We wanted all members to be aware that we have posted new RS SPL Meter Correction Values on the Downloads page here at the Shack. The new values are from 7Hz to 200Hz. These new calibration files were calculated based on a comparison to my ECM8000 mic that has been calibrated and certified by West Caldwell Calibration Laboratories. We believe these will be the most accurate corrections available, short of having your RS SPL meter professionally calibrated.

We have also created new Excel Workbooks for those that may be interested. The workbooks include new graph axis from 7Hz to 200Hz. These are also available from the Downloads page. 

Special thanks to brucek for all his work on this... :T


----------



## krunk (Jan 28, 2007)

Super! :T

Bart


----------



## gyusher (Mar 28, 2007)

I know I'm slow but are you saying to deduct or add those values to the meter reading we are getting. . .An example is at 20Hz you show -10 or whatever the actual number is. .Can't remember. . .What I see is if (say) you have your meter set on 80Hz and your SPL is reading 80Hz do you deduct from your meter reading for the actual SPL at that frequency if your correction numbers show a minus??

What I'm trying to do is get a quick and dirty reading when setting up my room. . .Just curious if you would set that 20Hz level higher or lower on the RS meter reading. . .

Maybe I need to go to bed. . .I know I'm smarter than I appear right now. . .
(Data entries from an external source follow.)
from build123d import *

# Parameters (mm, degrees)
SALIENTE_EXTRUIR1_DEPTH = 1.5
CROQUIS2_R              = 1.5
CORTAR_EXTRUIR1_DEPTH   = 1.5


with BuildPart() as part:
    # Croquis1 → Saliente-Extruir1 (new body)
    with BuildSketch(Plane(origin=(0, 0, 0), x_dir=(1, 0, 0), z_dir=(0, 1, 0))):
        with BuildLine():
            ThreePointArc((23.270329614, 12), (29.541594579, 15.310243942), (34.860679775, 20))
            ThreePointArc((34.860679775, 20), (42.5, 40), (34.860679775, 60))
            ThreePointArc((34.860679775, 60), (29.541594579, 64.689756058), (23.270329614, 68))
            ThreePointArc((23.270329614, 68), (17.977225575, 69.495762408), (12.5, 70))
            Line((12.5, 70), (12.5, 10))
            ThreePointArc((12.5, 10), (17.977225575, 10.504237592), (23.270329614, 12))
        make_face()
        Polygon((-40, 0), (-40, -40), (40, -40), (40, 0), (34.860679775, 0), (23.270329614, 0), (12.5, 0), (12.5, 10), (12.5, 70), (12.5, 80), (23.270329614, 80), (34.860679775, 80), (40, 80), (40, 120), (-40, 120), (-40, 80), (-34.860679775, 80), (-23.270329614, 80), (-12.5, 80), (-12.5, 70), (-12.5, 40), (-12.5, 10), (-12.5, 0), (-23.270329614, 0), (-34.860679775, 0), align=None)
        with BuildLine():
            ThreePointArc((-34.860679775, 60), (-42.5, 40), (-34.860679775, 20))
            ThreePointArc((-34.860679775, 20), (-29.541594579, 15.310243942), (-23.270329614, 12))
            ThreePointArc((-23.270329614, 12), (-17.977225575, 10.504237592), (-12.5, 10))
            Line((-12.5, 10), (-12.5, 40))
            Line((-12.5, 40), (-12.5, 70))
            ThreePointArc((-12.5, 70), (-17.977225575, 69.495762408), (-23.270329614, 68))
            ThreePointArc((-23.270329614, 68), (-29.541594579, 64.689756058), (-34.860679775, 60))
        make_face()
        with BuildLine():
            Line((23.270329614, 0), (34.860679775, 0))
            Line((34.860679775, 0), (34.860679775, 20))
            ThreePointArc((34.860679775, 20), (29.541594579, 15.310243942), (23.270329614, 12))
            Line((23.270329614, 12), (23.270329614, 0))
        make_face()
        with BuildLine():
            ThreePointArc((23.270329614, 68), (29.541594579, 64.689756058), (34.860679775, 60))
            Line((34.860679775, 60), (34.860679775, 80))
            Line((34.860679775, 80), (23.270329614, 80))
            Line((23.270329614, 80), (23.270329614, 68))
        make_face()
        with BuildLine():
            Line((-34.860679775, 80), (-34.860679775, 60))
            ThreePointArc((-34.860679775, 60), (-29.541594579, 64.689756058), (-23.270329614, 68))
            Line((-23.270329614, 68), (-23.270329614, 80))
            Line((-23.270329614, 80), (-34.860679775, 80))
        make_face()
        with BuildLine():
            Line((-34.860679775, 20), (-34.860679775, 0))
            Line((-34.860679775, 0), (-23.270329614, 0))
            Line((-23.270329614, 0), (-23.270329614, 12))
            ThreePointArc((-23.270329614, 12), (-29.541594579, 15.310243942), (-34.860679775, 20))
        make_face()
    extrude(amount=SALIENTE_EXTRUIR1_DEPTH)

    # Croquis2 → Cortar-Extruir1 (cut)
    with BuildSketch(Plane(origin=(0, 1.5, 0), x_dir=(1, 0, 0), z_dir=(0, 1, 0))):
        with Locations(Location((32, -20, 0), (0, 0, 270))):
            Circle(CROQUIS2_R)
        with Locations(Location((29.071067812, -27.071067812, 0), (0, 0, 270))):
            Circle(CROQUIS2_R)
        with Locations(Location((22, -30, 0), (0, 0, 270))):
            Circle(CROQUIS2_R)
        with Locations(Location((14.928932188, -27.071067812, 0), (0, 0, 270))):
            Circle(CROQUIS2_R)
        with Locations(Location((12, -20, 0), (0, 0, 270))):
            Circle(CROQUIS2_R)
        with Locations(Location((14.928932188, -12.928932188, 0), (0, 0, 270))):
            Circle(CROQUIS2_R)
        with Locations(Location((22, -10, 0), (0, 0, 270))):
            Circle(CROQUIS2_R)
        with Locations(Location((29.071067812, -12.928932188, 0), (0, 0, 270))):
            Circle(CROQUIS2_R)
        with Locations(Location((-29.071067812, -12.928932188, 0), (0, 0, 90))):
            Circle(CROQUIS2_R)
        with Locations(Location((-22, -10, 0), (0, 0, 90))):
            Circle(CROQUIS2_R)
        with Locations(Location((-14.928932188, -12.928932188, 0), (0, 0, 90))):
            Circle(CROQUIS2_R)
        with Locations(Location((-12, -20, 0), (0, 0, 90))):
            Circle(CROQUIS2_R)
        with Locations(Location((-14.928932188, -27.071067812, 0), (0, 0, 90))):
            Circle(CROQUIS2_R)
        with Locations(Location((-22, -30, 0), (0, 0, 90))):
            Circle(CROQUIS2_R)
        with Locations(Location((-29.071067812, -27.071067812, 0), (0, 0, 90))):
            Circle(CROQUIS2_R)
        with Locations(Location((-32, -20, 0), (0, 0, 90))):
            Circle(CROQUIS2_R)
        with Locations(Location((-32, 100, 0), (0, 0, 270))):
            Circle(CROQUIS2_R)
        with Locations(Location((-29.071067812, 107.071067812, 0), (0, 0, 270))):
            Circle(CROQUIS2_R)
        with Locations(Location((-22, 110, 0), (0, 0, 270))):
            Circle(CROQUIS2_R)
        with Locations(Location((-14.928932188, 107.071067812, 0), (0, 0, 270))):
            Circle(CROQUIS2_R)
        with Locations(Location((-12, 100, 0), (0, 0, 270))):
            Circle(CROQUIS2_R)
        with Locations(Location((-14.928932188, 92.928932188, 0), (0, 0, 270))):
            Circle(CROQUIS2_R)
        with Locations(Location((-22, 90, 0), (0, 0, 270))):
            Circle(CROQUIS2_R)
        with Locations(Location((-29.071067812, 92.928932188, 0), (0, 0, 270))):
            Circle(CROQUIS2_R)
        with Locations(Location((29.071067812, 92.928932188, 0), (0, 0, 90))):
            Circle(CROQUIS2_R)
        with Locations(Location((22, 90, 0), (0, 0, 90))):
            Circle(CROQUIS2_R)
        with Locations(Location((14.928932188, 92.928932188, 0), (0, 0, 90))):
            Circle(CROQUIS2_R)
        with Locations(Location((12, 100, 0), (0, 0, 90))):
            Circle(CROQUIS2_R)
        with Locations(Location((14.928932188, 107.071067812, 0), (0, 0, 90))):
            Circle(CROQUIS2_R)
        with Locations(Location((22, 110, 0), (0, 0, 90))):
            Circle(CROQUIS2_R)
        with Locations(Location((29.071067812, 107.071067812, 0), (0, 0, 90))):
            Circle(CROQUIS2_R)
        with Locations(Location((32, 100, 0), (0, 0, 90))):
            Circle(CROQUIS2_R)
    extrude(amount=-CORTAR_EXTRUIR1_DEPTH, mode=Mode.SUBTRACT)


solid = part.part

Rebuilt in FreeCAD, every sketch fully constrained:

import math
import FreeCAD as App
import Part
import Sketcher

doc = App.newDocument("Part")
params = doc.addObject("Spreadsheet::Sheet", "Params")
for row, (alias, value) in enumerate([
    ("sketch1_radius", "30 mm"),
    ("sketch1_width", "80 mm"),
    ("sketch1_height", "20 mm"),
    ("sketch1_height2", "40 mm"),
    ("sketch1_height3", "10 mm"),
    ("pad1_length", "1.5 mm"),
    ("sketch2_diameter", "3 mm"),
    ("pocket1_length", "1.5 mm"),
], start=1):
    params.set(f"A{row}", alias)
    params.set(f"B{row}", "=" + value)
    params.setAlias(f"B{row}", alias)

body = doc.addObject("PartDesign::Body", "Body")

# Sketch on XZ plane
sketch1 = doc.addObject("Sketcher::SketchObject", "Sketch")
body.addObject(sketch1)
sketch1.AttachmentSupport = (doc.XZ_Plane, [""])
sketch1.MapMode = "FlatFace"
sketch1.addGeometry([
    Part.ArcOfCircle(Part.Circle(App.Vector(12.5, -40, 0), App.Vector(0, 0, 1), 30), math.radians(-41.810315), math.radians(41.810315)),  # 0
    Part.LineSegment(App.Vector(34.86068, -60, 0), App.Vector(34.86068, -80, 0)),  # 1
    Part.LineSegment(App.Vector(34.86068, -80, 0), App.Vector(40, -80, 0)),  # 2
    Part.LineSegment(App.Vector(40, -80, 0), App.Vector(40, -120, 0)),  # 3
    Part.LineSegment(App.Vector(40, -120, 0), App.Vector(-40, -120, 0)),  # 4
    Part.LineSegment(App.Vector(-40, -120, 0), App.Vector(-40, -80, 0)),  # 5
    Part.LineSegment(App.Vector(-40, -80, 0), App.Vector(-34.86068, -80, 0)),  # 6
    Part.LineSegment(App.Vector(-34.86068, -80, 0), App.Vector(-34.86068, -60, 0)),  # 7
    Part.ArcOfCircle(Part.Circle(App.Vector(-12.5, -40, 0), App.Vector(0, 0, 1), 30), math.radians(138.189685), math.radians(221.810315)),  # 8
    Part.LineSegment(App.Vector(-34.86068, -20, 0), App.Vector(-34.86068, 0, 0)),  # 9
    Part.LineSegment(App.Vector(-34.86068, 0, 0), App.Vector(-40, 0, 0)),  # 10
    Part.LineSegment(App.Vector(-40, 0, 0), App.Vector(-40, 40, 0)),  # 11
    Part.LineSegment(App.Vector(-40, 40, 0), App.Vector(40, 40, 0)),  # 12
    Part.LineSegment(App.Vector(40, 40, 0), App.Vector(40, 0, 0)),  # 13
    Part.LineSegment(App.Vector(40, 0, 0), App.Vector(34.86068, 0, 0)),  # 14
    Part.LineSegment(App.Vector(34.86068, 0, 0), App.Vector(34.86068, -20, 0)),  # 15
    Part.ArcOfCircle(Part.Circle(App.Vector(-12.5, -40, 0), App.Vector(0, 0, 1), 30), math.radians(90), math.radians(111.03947)),  # 16
    Part.LineSegment(App.Vector(-12.5, -10, 0), App.Vector(-12.5, 0, 0)),  # 17
    Part.LineSegment(App.Vector(-12.5, 0, 0), App.Vector(-23.27033, 0, 0)),  # 18
    Part.LineSegment(App.Vector(-23.27033, 0, 0), App.Vector(-23.27033, -12, 0)),  # 19
    Part.LineSegment(App.Vector(-23.27033, -80, 0), App.Vector(-12.5, -80, 0)),  # 20
    Part.LineSegment(App.Vector(-12.5, -80, 0), App.Vector(-12.5, -70, 0)),  # 21
    Part.ArcOfCircle(Part.Circle(App.Vector(-12.5, -40, 0), App.Vector(0, 0, 1), 30), math.radians(-111.03947), math.radians(-90)),  # 22
    Part.LineSegment(App.Vector(-23.27033, -68, 0), App.Vector(-23.27033, -80, 0)),  # 23
    Part.ArcOfCircle(Part.Circle(App.Vector(12.5, -40, 0), App.Vector(0, 0, 1), 30), math.radians(-90), math.radians(-68.96053)),  # 24
    Part.LineSegment(App.Vector(12.5, -70, 0), App.Vector(12.5, -80, 0)),  # 25
    Part.LineSegment(App.Vector(12.5, -80, 0), App.Vector(23.27033, -80, 0)),  # 26
    Part.LineSegment(App.Vector(23.27033, -80, 0), App.Vector(23.27033, -68, 0)),  # 27
    Part.LineSegment(App.Vector(23.27033, 0, 0), App.Vector(12.5, 0, 0)),  # 28
    Part.LineSegment(App.Vector(12.5, 0, 0), App.Vector(12.5, -10, 0)),  # 29
    Part.ArcOfCircle(Part.Circle(App.Vector(12.5, -40, 0), App.Vector(0, 0, 1), 30), math.radians(68.96053), math.radians(90)),  # 30
    Part.LineSegment(App.Vector(23.27033, -12, 0), App.Vector(23.27033, 0, 0)),  # 31
], False)
sketch1.addConstraint([
    Sketcher.Constraint("Coincident", 0, 1, 1, 1),
    Sketcher.Constraint("Coincident", 1, 2, 2, 1),
    Sketcher.Constraint("Coincident", 2, 2, 3, 1),
    Sketcher.Constraint("Coincident", 3, 2, 4, 1),
    Sketcher.Constraint("Coincident", 4, 2, 5, 1),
I always knew those meters were 'off' at the lower frequencys but never knew how to compensate for it. . .


----------



## brucek (Apr 11, 2006)

> are you saying to deduct or add those values to the meter reading we are getting


Those numbers show the deficiency at a specific frequency, so you add them to the needle reading.

brucek


----------



## gyusher (Mar 28, 2007)

brucek said:


> Those numbers show the deficiency at a specific frequency, so you add them to the needle reading.
> 
> brucek


Thanks for that. . .I was about to go nuts trying to ask that question. . . :reading: 

Happy Easter. . .


----------



## Exocer (Apr 19, 2006)

This calibration file made a huge difference to my measurements...a driver swap is in order


----------



## Guest (Apr 8, 2007)

Thanks for the great software package!
I can't seem to get the spl meter calibration file loaded into REW.
When I browse to the file I downloaded (at the above link), and click 'OK' it tells me 'Not enough data values in the file'. Also, if I use this file, do I have to check the 'C weighted' box or does a loaded file contain the 'C' weighting?

Help!

Thanks
Tom

Edit, OK I'm an Idiot, I downloaded the .xls instead of the cal file. Oops!
T


----------



## brucek (Apr 11, 2006)

> do I have to check the 'C weighted' box or does a loaded file contain the 'C' weighting?


You only need to check the C-Weight box if you intend to measure past 200Hz where the file ends. The C-Weight checkbox will extend and continue the calibration file past the 200hz at a standard C-Weighting.

brucek


----------



## Guest (Apr 8, 2007)

Thanks Bruce!

Tom


----------



## Chrisbee (Apr 20, 2006)

Thanks to all concerned for the new cal files. 

In a desperate attempt to undermine your efforts I did some new traces using the new cal files. :sneeky: 

Green and mustard are my two RS meters old and new using the new cal file for old meters. I have a 3dB calibration difference between the two meters on pink noise but they track well on the response curves.

The Galaxy 140 (C-unchecked) consistently reads lower output at about -32dB on SPL calibration. It shows falling output with falling frequency compared with the RS meters. 10dB discrepancy by 11Hz.

Deliberately checking C-weighting makes it droop even further with falling frequency.

I double checked that I reloaded the correct cal files after clearing each cal file. I checked on the graph that the correct cal curve was shown as well as the name appearing in the box under "Settings".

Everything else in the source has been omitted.